● **WHAT IS NEEDED**: In the data that follows, find the line with "#475=EDGE_LOOP('',(#471,#472,#473,#474));"; transcribe it, every later line up to the one with "#496=ADVANCED_FACE('',(#493),#495,.F.);", and that line as well, exactly and with no others.

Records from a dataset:
##############################

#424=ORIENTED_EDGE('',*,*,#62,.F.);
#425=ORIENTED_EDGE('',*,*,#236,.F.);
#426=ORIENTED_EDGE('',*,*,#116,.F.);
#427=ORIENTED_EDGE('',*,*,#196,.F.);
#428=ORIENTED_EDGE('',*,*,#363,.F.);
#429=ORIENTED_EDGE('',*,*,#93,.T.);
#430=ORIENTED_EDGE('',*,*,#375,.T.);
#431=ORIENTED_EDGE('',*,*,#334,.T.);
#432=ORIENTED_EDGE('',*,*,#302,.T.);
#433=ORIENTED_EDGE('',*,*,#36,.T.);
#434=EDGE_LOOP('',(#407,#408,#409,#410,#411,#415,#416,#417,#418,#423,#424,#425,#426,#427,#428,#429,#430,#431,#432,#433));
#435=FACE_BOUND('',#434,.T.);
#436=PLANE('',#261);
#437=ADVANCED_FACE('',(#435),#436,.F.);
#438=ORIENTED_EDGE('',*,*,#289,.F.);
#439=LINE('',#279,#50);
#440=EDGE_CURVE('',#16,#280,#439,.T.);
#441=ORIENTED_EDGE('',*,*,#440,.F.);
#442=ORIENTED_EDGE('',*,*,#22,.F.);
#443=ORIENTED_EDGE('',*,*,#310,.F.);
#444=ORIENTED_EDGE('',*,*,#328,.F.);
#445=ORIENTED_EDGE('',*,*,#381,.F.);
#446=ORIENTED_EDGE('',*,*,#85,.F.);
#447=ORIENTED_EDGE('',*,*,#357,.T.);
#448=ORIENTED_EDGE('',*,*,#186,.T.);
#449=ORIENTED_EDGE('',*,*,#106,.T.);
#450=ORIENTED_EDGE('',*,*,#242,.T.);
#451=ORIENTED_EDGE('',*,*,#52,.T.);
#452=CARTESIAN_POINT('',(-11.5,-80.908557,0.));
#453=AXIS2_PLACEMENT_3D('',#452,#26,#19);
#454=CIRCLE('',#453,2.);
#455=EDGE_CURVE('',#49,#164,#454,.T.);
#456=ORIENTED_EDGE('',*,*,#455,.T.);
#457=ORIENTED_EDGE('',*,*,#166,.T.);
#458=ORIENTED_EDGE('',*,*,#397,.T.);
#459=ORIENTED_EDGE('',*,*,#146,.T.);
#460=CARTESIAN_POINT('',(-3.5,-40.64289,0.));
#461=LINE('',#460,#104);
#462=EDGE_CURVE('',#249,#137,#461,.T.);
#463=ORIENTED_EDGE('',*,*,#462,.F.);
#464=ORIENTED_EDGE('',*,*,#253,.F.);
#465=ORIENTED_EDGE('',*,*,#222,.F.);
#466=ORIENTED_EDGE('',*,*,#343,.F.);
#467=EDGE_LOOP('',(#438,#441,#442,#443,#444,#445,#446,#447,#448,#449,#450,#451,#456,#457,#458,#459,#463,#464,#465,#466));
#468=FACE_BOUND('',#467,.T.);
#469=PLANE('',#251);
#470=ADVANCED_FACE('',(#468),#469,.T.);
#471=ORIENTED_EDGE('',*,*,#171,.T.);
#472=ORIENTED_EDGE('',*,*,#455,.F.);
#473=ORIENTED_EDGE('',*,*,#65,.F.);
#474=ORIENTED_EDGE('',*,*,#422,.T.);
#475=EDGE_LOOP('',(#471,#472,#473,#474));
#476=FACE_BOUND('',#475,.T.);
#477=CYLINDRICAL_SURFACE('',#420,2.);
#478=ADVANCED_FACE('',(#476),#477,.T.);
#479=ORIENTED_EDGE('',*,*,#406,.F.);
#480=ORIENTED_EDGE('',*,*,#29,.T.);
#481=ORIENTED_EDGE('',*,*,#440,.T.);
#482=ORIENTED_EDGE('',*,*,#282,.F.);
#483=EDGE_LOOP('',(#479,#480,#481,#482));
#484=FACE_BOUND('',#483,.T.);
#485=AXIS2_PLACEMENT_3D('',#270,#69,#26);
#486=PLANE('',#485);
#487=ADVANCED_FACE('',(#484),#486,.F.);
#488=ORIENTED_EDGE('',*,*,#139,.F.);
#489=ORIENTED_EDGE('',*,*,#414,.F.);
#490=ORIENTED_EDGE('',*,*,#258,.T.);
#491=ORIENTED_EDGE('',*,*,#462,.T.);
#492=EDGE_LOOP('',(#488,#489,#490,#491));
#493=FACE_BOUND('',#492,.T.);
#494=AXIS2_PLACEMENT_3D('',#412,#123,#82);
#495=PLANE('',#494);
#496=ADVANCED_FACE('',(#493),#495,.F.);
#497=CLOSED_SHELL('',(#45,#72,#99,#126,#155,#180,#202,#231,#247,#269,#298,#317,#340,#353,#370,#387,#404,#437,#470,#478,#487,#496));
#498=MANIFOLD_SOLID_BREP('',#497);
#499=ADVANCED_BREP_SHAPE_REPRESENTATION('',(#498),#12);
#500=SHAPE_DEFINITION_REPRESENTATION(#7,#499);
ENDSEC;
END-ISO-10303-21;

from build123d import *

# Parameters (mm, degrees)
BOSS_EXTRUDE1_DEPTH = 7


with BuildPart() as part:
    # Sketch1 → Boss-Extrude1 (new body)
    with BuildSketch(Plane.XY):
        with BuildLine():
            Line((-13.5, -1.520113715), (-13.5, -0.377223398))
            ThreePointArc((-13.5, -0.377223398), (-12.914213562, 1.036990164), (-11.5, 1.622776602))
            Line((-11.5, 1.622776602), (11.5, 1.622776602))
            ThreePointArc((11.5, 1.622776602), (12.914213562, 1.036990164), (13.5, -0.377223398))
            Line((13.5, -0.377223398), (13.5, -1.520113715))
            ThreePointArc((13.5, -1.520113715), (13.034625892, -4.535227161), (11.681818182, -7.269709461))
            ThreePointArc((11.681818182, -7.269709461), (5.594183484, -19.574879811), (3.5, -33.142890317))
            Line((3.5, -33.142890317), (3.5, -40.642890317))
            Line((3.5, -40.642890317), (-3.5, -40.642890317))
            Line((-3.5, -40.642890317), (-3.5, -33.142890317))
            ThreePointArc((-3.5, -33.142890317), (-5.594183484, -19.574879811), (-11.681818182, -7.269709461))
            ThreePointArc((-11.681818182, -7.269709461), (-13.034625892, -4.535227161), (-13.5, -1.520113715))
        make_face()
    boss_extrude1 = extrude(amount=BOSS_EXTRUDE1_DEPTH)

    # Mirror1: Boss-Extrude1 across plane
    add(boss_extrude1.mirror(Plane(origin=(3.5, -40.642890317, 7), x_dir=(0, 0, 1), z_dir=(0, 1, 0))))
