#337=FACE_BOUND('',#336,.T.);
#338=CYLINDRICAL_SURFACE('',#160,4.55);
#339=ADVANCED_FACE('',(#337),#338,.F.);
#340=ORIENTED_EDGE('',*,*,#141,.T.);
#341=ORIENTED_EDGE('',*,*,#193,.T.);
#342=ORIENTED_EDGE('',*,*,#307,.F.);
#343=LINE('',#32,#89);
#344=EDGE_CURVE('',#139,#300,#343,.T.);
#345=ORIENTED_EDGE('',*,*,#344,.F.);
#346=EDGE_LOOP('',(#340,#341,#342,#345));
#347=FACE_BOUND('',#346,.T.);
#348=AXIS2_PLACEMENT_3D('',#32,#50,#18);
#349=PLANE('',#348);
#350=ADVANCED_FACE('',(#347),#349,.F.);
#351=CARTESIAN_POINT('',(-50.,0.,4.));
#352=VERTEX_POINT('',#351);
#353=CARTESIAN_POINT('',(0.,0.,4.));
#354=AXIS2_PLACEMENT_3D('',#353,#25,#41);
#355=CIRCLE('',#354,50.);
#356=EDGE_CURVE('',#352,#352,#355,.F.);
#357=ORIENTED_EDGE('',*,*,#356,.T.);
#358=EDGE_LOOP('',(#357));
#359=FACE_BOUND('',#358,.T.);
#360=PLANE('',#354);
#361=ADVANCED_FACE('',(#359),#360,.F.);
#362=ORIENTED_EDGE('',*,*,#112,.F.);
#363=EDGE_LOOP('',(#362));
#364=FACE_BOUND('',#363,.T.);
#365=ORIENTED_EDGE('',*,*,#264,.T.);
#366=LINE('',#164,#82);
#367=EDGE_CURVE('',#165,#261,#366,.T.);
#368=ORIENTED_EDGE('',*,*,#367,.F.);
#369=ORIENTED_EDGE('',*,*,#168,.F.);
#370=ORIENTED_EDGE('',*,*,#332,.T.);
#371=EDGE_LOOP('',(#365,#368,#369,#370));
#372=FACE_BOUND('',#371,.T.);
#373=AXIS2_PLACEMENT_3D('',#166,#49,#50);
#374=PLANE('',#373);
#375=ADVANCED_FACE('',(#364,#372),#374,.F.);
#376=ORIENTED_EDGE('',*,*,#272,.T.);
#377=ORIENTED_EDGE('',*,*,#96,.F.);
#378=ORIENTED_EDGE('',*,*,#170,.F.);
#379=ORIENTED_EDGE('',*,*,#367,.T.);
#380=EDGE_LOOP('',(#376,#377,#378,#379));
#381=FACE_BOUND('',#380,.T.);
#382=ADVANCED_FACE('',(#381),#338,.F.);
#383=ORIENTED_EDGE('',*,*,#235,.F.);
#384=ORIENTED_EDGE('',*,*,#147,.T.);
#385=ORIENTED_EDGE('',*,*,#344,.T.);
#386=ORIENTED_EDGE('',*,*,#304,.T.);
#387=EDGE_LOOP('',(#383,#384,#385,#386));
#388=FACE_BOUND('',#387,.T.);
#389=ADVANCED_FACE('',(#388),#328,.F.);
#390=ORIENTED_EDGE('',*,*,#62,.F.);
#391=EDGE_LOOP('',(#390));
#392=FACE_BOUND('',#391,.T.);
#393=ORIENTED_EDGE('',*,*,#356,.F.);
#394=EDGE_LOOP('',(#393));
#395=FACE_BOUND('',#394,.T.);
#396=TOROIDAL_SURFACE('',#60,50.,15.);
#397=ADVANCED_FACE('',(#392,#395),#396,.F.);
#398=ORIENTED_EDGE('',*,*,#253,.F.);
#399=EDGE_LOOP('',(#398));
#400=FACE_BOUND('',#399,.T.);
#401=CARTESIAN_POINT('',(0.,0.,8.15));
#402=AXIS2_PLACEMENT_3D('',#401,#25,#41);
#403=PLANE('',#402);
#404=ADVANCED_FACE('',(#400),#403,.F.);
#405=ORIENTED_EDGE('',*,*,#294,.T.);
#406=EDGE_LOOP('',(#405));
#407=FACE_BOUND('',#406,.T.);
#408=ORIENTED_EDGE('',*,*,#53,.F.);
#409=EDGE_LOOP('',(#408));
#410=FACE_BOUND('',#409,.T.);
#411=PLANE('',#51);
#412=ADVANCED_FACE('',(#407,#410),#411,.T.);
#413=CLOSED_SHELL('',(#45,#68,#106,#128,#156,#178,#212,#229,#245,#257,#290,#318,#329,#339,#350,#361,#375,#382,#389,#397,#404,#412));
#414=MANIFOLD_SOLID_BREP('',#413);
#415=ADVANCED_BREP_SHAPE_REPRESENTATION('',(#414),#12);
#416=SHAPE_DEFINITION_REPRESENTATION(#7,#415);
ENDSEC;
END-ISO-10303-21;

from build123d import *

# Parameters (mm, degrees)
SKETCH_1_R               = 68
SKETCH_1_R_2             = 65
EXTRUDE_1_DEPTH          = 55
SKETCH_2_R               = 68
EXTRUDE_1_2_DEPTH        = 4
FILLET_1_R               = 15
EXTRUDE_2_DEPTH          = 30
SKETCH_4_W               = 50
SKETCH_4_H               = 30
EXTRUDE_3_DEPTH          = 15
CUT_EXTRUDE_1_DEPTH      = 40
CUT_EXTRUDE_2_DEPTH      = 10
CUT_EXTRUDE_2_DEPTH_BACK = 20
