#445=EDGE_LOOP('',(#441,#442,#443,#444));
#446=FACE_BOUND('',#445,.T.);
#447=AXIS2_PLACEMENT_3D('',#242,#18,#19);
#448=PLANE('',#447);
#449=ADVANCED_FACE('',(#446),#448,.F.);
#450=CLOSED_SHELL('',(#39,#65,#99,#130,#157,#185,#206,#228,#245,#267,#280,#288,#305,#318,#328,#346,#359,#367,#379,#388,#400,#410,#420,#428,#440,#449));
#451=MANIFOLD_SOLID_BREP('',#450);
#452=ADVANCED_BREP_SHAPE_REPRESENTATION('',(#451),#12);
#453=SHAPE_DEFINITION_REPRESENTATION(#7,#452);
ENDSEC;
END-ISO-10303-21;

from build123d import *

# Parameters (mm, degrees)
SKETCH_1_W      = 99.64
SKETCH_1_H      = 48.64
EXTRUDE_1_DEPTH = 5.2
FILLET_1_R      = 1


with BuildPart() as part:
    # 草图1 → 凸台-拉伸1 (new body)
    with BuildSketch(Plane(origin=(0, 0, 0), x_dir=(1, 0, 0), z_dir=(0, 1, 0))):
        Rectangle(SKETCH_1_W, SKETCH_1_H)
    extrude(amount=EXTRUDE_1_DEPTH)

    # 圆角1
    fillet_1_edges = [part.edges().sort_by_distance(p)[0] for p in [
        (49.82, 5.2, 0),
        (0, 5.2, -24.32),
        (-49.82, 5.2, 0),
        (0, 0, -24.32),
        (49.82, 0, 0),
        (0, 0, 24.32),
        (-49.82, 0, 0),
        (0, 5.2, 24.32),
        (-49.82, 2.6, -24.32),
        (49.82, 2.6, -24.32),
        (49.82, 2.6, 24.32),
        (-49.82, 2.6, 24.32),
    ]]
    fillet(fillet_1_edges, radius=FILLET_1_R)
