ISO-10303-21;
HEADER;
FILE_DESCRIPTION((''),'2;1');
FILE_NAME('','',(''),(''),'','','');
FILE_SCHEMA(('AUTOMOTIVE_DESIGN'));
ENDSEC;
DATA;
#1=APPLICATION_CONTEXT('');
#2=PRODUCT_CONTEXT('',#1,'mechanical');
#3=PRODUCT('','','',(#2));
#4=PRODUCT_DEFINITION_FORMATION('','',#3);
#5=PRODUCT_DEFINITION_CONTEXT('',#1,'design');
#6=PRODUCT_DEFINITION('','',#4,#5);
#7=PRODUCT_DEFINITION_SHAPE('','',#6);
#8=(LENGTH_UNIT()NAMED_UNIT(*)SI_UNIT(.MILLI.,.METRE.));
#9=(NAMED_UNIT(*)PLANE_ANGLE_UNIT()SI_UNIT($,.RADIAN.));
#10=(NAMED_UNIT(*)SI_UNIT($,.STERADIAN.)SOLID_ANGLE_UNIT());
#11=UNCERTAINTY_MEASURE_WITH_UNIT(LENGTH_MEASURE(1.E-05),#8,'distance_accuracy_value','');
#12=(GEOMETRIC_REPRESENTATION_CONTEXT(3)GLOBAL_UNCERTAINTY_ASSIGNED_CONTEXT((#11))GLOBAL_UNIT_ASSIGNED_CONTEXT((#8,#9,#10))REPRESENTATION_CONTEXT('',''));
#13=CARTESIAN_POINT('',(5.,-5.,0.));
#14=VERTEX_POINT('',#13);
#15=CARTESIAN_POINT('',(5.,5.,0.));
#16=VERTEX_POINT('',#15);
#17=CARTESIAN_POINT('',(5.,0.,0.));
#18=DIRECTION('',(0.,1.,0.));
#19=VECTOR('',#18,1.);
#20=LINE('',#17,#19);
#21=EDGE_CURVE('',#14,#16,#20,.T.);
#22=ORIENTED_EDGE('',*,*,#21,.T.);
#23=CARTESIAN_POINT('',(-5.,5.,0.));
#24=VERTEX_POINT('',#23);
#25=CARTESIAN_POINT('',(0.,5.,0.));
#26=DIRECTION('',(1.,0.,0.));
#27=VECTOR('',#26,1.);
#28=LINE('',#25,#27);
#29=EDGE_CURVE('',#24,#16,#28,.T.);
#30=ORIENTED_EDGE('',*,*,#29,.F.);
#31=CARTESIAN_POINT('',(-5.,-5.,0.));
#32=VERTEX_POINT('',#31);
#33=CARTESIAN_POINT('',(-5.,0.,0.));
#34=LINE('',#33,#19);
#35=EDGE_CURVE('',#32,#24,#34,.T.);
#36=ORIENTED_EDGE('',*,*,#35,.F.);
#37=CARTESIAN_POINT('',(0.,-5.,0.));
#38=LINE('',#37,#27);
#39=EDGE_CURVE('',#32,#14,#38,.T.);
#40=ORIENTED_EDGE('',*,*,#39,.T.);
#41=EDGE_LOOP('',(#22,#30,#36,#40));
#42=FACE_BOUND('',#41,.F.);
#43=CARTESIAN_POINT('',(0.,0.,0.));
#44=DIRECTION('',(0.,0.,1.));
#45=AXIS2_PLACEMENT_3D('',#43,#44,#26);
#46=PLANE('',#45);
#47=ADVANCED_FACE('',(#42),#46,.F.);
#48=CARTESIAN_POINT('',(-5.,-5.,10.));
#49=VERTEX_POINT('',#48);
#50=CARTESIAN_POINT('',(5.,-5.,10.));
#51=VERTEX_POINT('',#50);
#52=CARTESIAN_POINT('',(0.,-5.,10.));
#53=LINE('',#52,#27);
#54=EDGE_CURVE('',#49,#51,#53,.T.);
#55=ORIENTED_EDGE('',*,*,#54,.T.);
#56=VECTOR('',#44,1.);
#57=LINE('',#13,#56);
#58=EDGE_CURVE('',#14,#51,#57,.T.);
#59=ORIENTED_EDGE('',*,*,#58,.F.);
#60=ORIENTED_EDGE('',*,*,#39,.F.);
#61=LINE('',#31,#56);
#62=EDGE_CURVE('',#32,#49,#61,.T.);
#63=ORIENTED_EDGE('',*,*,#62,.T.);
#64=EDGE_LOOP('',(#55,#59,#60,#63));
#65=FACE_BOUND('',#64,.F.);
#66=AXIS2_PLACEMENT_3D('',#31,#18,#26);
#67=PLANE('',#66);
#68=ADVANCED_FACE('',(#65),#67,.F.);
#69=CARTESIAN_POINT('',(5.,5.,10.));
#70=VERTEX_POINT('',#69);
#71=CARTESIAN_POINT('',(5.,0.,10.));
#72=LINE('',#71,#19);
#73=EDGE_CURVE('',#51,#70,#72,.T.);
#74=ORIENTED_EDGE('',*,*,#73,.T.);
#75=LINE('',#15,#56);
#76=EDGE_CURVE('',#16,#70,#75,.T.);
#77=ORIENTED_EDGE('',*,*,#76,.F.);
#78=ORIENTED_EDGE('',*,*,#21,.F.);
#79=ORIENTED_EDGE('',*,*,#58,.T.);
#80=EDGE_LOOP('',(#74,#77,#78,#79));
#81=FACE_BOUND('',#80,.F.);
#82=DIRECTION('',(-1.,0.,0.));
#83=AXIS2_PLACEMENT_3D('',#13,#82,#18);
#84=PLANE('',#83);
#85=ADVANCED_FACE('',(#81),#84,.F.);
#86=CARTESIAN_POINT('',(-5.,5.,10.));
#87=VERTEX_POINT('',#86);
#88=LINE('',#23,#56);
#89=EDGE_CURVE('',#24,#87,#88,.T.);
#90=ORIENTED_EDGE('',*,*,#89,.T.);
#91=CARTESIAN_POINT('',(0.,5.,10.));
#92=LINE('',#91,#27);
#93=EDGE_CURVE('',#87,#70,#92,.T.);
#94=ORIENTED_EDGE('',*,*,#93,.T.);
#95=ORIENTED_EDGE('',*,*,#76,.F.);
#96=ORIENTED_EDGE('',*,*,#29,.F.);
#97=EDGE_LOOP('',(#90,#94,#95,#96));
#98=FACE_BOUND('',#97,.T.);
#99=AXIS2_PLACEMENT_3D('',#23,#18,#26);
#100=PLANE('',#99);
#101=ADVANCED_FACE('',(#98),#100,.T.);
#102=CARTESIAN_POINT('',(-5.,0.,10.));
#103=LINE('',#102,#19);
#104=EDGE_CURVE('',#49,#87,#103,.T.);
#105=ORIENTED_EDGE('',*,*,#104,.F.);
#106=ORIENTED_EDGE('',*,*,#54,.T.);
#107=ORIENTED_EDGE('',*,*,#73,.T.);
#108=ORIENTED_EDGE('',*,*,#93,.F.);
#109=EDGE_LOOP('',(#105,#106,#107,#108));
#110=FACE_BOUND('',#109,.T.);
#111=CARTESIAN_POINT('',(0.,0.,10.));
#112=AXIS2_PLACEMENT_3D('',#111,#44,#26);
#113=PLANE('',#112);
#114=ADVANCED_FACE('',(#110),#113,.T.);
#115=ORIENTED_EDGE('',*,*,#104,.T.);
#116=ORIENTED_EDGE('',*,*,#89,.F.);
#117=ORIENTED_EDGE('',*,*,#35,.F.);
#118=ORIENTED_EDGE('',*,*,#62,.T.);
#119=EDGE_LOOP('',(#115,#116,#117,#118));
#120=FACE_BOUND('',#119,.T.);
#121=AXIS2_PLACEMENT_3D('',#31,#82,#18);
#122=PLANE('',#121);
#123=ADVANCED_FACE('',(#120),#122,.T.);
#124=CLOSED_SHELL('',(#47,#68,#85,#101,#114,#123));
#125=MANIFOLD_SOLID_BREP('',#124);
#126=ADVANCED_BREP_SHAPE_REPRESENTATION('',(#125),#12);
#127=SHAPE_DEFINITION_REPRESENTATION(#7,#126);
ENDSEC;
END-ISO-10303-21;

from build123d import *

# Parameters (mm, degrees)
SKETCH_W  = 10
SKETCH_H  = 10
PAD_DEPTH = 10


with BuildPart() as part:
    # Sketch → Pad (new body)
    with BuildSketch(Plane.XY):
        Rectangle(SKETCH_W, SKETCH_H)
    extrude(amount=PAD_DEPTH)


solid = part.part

##############################

● **OUTPUT OF THE EXERCISE**:
#475=EDGE_LOOP('',(#471,#472,#473,#474));
#476=FACE_BOUND('',#475,.T.);
#477=CYLINDRICAL_SURFACE('',#420,2.);
#478=ADVANCED_FACE('',(#476),#477,.T.);
#479=ORIENTED_EDGE('',*,*,#406,.F.);
#480=ORIENTED_EDGE('',*,*,#29,.T.);
#481=ORIENTED_EDGE('',*,*,#440,.T.);
#482=ORIENTED_EDGE('',*,*,#282,.F.);
#483=EDGE_LOOP('',(#479,#480,#481,#482));
#484=FACE_BOUND('',#483,.T.);
#485=AXIS2_PLACEMENT_3D('',#270,#69,#26);
#486=PLANE('',#485);
#487=ADVANCED_FACE('',(#484),#486,.F.);
#488=ORIENTED_EDGE('',*,*,#139,.F.);
#489=ORIENTED_EDGE('',*,*,#414,.F.);
#490=ORIENTED_EDGE('',*,*,#258,.T.);
#491=ORIENTED_EDGE('',*,*,#462,.T.);
#492=EDGE_LOOP('',(#488,#489,#490,#491));
#493=FACE_BOUND('',#492,.T.);
#494=AXIS2_PLACEMENT_3D('',#412,#123,#82);
#495=PLANE('',#494);
#496=ADVANCED_FACE('',(#493),#495,.F.);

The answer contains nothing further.